▶ _WORK INSTRUCTIONS_:
Note each line in the data below that holds "Enlèv", and copy it.

▶ _INPUT_:

[Start of Attachment]

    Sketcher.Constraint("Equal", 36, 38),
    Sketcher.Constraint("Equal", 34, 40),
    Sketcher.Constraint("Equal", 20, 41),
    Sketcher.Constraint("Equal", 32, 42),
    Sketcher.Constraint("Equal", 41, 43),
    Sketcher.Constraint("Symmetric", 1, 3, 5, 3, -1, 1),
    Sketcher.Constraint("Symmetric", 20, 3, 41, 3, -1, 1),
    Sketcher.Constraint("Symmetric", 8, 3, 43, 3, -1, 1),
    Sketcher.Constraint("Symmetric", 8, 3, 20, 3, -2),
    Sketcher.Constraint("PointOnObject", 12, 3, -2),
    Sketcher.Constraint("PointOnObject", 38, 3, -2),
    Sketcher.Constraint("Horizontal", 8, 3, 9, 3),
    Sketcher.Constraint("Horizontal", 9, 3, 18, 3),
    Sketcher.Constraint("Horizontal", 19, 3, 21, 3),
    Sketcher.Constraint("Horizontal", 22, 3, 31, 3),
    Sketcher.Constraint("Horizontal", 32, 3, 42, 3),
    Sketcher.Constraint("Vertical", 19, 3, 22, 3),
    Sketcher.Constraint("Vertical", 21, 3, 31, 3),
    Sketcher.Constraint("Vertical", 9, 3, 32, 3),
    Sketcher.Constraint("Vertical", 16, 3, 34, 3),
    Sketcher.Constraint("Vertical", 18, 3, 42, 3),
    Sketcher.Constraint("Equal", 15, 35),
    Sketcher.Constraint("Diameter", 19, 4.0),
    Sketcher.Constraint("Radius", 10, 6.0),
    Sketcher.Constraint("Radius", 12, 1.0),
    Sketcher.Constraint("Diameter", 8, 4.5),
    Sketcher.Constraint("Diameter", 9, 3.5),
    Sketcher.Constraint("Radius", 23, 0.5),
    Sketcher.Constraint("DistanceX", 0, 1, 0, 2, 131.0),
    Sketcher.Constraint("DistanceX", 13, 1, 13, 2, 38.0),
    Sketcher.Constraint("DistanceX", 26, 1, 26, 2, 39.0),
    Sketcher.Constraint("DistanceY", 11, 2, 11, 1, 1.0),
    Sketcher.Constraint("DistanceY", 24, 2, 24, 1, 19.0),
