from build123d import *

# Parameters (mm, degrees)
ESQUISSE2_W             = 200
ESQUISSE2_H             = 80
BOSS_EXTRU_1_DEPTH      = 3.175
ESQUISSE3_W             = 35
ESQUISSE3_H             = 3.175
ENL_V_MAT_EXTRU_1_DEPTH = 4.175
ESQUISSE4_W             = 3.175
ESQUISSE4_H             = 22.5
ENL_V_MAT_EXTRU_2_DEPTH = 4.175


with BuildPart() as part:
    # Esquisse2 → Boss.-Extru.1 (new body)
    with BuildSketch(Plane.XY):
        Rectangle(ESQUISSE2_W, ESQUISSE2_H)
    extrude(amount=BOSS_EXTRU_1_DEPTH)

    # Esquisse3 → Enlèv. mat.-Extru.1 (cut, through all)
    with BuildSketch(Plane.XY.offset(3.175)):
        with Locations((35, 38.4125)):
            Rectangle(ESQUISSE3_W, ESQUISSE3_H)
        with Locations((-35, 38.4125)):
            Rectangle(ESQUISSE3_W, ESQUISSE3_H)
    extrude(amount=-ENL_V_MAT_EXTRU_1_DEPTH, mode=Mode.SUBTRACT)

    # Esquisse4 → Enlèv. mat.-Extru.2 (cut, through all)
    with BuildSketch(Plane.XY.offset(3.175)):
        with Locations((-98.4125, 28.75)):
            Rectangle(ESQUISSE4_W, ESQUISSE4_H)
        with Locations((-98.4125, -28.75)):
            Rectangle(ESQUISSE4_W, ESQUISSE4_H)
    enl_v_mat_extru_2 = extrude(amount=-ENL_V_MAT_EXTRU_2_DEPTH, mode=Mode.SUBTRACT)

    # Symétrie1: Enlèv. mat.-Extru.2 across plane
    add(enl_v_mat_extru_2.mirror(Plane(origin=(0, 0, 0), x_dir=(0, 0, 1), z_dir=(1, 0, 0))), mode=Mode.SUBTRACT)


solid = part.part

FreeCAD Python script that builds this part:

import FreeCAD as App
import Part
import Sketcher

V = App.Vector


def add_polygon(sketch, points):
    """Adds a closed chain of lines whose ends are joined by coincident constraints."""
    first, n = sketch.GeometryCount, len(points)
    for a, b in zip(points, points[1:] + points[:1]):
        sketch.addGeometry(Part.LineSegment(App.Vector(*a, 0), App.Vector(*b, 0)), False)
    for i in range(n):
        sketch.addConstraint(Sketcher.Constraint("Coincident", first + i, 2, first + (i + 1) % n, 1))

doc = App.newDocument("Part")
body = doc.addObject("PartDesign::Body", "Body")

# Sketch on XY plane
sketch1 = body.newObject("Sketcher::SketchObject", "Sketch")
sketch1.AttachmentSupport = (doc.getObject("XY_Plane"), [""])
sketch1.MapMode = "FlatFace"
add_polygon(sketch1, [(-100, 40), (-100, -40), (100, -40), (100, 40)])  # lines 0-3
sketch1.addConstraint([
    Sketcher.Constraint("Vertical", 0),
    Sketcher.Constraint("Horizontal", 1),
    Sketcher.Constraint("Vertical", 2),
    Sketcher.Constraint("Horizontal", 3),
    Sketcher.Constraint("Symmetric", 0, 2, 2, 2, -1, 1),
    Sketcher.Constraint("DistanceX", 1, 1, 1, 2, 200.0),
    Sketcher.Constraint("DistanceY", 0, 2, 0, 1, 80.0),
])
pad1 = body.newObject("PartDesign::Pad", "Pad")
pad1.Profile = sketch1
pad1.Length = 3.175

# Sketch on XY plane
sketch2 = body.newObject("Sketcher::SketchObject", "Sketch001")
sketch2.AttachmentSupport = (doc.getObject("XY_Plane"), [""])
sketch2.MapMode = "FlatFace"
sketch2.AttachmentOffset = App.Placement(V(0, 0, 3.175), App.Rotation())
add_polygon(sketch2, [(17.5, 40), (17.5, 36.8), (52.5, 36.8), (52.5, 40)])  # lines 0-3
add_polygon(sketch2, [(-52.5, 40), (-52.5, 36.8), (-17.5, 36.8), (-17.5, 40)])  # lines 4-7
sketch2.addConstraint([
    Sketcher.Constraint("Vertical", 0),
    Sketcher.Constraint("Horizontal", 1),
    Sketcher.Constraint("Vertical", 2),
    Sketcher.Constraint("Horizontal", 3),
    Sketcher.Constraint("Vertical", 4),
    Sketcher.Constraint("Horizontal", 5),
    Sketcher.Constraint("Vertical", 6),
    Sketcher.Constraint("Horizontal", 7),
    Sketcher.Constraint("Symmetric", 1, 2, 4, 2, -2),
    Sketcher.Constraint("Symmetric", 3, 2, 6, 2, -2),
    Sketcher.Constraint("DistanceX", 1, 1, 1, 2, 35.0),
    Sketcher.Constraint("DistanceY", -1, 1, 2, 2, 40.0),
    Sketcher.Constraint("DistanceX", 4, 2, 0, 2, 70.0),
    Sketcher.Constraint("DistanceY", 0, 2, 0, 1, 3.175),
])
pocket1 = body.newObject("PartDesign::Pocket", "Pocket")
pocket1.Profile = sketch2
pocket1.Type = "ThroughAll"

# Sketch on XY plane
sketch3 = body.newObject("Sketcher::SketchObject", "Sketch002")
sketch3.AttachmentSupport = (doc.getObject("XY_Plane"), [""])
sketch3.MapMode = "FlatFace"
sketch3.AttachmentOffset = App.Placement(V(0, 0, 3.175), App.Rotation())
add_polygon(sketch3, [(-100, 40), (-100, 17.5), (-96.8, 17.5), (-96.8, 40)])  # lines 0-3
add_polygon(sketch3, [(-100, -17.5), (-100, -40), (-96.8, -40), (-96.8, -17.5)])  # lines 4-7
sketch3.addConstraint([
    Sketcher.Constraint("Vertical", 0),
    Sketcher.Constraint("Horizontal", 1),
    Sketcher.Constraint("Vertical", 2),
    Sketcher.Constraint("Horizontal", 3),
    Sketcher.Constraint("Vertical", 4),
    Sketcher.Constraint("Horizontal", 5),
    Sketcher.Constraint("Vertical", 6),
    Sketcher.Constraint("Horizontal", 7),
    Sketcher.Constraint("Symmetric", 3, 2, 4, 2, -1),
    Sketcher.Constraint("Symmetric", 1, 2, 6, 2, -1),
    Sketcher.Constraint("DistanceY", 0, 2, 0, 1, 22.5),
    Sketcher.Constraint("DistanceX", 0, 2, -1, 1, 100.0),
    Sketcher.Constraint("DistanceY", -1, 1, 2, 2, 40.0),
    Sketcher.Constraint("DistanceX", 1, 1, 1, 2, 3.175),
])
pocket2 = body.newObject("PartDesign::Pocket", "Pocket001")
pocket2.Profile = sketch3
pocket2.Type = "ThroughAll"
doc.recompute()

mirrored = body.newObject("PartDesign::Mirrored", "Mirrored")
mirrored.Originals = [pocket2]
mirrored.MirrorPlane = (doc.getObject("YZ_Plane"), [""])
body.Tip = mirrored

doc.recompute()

[End of Attachment]

▶ _RESPONSE FOR THIS EXERCISE_:
    # Esquisse3 → Enlèv. mat.-Extru.1 (cut, through all)
    # Esquisse4 → Enlèv. mat.-Extru.2 (cut, through all)
    # Symétrie1: Enlèv. mat.-Extru.2 across plane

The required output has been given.